The second trouble is some client do not announce the 'stoped' event to tracker server when user quit client directly with no normal stop all seeding/leeching torrents. like as Transmission for mac v2.92,

You should know, when a client start a up/down task and announce to tracker, server will create a 'Peer' record include user`s id, peer_id, torrent_id, uploaded, downloaded, seed status, ratio, etc. and remove this record when user announce stop event. but, when user quit client directly, server can receive the stop event, so do not to remove this record, and when user open client again and start same session, server will create a new record with these value because the 'peer_id' is not same as above, ok, now, the old record is became ghost, I can delete the ghost peer record with some rules, such as idle time? but, delete these ghost record maybe bring new error, because the cause of idle time too long maybe by server down? maybe user s network?
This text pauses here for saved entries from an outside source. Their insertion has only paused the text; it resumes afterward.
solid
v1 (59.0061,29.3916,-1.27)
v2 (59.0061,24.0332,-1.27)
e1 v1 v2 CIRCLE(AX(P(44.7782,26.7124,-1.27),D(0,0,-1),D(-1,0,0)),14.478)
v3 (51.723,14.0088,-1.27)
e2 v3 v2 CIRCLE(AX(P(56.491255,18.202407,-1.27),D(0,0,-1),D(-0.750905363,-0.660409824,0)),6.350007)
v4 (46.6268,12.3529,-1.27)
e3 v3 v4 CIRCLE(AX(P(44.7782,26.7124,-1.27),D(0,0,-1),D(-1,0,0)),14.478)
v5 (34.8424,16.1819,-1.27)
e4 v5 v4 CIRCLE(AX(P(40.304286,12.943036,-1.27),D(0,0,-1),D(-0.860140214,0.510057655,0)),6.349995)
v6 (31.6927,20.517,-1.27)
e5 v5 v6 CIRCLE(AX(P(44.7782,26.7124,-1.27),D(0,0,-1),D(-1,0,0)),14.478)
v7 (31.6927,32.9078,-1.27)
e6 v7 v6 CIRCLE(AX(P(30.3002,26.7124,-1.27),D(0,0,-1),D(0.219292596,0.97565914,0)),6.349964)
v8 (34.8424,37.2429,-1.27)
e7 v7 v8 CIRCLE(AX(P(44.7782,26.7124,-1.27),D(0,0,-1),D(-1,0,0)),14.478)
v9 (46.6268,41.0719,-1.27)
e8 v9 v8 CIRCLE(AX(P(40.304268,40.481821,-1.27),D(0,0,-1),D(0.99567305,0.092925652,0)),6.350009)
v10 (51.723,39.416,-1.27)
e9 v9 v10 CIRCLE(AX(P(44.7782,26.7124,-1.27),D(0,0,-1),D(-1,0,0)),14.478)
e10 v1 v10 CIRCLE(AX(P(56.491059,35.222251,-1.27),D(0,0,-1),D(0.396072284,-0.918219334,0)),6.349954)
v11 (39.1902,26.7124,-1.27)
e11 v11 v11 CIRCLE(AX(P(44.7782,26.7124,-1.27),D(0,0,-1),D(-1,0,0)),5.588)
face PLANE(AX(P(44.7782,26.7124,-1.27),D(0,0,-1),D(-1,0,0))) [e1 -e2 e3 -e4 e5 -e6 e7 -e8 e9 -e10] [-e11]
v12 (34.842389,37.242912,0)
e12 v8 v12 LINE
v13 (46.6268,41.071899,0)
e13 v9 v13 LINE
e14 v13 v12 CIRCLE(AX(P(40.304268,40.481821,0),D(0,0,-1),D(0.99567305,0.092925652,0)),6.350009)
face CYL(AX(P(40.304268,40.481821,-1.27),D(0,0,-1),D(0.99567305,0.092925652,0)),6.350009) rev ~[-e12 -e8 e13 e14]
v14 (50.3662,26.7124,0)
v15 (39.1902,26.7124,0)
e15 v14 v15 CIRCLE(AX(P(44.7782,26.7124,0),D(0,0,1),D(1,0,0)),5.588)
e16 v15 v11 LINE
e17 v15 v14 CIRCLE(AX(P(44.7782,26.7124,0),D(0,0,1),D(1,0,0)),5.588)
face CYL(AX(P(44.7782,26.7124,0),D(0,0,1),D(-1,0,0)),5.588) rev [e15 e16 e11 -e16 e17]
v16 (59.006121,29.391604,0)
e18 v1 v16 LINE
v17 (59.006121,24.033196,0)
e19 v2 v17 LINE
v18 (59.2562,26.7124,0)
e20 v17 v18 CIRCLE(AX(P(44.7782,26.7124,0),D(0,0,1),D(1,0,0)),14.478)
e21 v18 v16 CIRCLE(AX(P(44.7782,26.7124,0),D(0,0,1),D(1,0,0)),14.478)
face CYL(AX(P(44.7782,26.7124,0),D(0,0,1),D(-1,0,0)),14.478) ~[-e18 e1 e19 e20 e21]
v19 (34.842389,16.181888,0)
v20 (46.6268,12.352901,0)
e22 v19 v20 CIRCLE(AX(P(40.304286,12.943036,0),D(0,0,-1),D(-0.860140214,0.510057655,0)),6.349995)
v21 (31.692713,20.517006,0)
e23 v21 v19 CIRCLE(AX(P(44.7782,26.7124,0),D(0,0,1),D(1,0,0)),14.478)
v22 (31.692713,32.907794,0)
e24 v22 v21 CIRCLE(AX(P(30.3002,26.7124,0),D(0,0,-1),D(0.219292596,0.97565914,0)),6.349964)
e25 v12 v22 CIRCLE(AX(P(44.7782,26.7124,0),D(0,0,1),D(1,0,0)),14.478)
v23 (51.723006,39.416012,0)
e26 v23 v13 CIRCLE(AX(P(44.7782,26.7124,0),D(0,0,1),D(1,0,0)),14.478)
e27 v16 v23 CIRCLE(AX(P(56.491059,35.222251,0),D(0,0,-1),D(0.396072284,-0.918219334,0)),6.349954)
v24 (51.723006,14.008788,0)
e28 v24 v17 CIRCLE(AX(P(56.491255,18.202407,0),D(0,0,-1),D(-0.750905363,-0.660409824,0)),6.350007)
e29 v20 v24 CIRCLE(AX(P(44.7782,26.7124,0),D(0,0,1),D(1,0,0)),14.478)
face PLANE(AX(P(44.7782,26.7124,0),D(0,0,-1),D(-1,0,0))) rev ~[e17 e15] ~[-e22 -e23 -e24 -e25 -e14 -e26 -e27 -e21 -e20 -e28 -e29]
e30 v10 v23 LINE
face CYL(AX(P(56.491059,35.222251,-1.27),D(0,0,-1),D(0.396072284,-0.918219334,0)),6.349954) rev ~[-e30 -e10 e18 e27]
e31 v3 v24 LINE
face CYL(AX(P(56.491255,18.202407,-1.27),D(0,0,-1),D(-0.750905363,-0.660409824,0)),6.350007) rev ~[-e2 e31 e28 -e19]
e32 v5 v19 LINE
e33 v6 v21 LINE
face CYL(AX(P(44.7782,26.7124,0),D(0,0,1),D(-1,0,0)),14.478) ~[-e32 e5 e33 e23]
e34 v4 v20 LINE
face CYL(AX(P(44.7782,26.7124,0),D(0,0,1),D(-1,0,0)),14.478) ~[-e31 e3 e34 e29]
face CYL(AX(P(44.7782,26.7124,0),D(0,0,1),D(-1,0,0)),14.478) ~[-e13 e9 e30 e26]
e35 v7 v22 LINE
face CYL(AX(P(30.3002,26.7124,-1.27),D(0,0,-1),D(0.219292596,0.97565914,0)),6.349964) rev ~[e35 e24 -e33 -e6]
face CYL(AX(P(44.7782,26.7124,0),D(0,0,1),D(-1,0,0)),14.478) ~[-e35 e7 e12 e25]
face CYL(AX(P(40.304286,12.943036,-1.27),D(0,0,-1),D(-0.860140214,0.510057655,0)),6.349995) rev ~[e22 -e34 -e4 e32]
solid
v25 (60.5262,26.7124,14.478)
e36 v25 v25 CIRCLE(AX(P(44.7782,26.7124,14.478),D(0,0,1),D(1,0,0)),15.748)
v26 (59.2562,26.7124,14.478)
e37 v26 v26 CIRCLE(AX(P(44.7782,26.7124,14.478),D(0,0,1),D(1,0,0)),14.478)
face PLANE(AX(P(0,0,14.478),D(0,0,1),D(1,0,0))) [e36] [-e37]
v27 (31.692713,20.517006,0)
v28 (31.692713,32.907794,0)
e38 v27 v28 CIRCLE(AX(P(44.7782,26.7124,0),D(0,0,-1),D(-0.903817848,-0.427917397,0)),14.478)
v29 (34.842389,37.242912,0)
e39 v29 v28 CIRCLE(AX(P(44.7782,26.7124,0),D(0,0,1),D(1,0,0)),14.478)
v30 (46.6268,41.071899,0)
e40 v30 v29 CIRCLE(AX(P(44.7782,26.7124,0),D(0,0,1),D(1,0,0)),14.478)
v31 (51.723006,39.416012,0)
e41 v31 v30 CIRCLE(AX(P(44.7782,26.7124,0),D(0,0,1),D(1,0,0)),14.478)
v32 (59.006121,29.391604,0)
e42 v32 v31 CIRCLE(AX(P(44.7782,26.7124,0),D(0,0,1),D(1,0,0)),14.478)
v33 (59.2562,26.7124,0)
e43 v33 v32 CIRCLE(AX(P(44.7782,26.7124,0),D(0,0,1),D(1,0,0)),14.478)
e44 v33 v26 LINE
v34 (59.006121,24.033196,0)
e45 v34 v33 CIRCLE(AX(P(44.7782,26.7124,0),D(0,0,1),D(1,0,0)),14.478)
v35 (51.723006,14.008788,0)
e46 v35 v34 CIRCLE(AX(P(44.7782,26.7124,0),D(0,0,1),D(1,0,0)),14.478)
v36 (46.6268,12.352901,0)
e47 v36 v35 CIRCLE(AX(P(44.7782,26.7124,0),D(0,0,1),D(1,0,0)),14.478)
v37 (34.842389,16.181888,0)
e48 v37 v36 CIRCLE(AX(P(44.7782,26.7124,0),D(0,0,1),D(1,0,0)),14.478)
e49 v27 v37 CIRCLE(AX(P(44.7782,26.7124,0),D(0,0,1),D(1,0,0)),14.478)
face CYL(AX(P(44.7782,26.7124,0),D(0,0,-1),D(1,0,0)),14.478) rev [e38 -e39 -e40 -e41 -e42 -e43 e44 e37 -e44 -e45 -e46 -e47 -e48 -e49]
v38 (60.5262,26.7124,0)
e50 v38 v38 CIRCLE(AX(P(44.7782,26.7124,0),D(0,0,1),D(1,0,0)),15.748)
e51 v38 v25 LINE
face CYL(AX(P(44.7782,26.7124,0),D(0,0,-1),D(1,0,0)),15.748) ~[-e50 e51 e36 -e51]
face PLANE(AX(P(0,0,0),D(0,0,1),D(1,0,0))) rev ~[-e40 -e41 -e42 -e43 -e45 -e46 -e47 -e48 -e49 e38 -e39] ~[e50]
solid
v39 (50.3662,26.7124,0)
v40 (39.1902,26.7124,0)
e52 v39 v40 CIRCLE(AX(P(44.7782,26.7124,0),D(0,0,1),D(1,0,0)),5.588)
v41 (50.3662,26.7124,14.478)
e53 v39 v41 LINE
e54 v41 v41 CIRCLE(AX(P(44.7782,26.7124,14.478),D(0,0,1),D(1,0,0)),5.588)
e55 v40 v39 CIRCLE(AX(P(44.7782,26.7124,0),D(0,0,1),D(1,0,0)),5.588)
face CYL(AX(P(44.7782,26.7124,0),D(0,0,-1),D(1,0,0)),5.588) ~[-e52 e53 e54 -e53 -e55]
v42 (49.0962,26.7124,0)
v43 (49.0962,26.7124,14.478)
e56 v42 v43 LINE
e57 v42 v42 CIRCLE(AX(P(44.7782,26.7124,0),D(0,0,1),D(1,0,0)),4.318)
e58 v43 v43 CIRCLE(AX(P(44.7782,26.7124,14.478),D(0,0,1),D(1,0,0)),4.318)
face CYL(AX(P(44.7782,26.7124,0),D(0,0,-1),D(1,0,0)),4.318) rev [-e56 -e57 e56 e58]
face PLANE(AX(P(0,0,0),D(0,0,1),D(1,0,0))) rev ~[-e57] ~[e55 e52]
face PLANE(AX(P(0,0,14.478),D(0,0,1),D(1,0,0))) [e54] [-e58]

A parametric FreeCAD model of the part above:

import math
import FreeCAD as App
import Part
import Sketcher

V = App.Vector
Q = App.Units.Quantity

doc = App.newDocument("Part")
body = doc.addObject("PartDesign::Body", "Body")
body.AllowCompound = True

sketch1 = body.newObject("Sketcher::SketchObject", "Sketch")
sketch1.AttachmentSupport = (doc.getObject("XY_Plane"), [""])
sketch1.MapMode = "FlatFace"
sketch1.addGeometry([
    Part.Circle(V(44.7782, 26.7124, 0), V(0, 0, 1), 15.748),
    Part.Circle(V(44.7782, 26.7124, 0), V(0, 0, 1), 14.478),
    Part.Circle(V(44.7782, 26.7124, 0), V(0, 0, 1), 5.588),
    Part.Circle(V(44.7782, 26.7124, 0), V(0, 0, 1), 4.318),
], False)
sketch1.addConstraint([
    Sketcher.Constraint("Coincident", 1, 3, 0, 3),
    Sketcher.Constraint("Coincident", 2, 3, 0, 3),
    Sketcher.Constraint("Coincident", 3, 3, 0, 3),
    Sketcher.Constraint("Diameter", 2, Q("0.44 in")),
    Sketcher.Constraint("Diameter", 0, Q("1.24 in")),
    Sketcher.Constraint("Diameter", 1, Q("1.14 in")),
    Sketcher.Constraint("Diameter", 3, Q("0.34 in")),
    Sketcher.Constraint("DistanceX", -1, 1, 0, 3, 44.7782),
    Sketcher.Constraint("DistanceY", -1, 1, 0, 3, 26.7124),
])
pad1 = body.newObject("PartDesign::Pad", "Pad")
pad1.Profile = sketch1
pad1.Length = Q("0.57 in")

sketch2 = body.newObject("Sketcher::SketchObject", "Sketch001")
sketch2.AttachmentSupport = (doc.getObject("XY_Plane"), [""])
sketch2.MapMode = "FlatFace"
sketch2.addGeometry([
    Part.Circle(V(44.7782, 26.7124, 0), V(0, 0, 1), 14.478),
    Part.Circle(V(44.7782, 26.7124, 0), V(0, 0, 1), 5.588),
], False)
sketch2.addConstraint([
    Sketcher.Constraint("Coincident", 1, 3, 0, 3),
    Sketcher.Constraint("Diameter", 0, Q("1.14 in")),
    Sketcher.Constraint("Diameter", 1, Q("0.44 in")),
    Sketcher.Constraint("DistanceX", -1, 1, 0, 3, 44.7782),
    Sketcher.Constraint("DistanceY", -1, 1, 0, 3, 26.7124),
])
pad2 = body.newObject("PartDesign::Pad", "Pad001")
pad2.Profile = sketch2
pad2.Length = Q("0.05 in")
pad2.Reversed = True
If user has no quit client and up/down work fine, only can not announce to tracker, so the 'peer_id' is not changed, when server is ok, but the record is deleted, then server will create a new record to save user data, this will cause inaccurate data to be reported. I work hard with these problem.

now, maybe all are fine, but, the data problem with 'Vuze' is big trouble, do you have any idea?

I've been solving this problem these days. :smile:

[nearsou]

I use Deluge latest version with qBittorent, yes it depends on which client do you use, I didn't know that, now it's working fine on qBittorent with Bittorent. However in user info tab didnt display the seeder now I don't know much about client and their problems, all I know is sometimes trackers bans some client to avoid this sort of problem Thanks on your effort on that @taobataoma 😄

[taobataoma]

@nearsou because change the announce logic, so count number of user and torrent maybe Incorrect.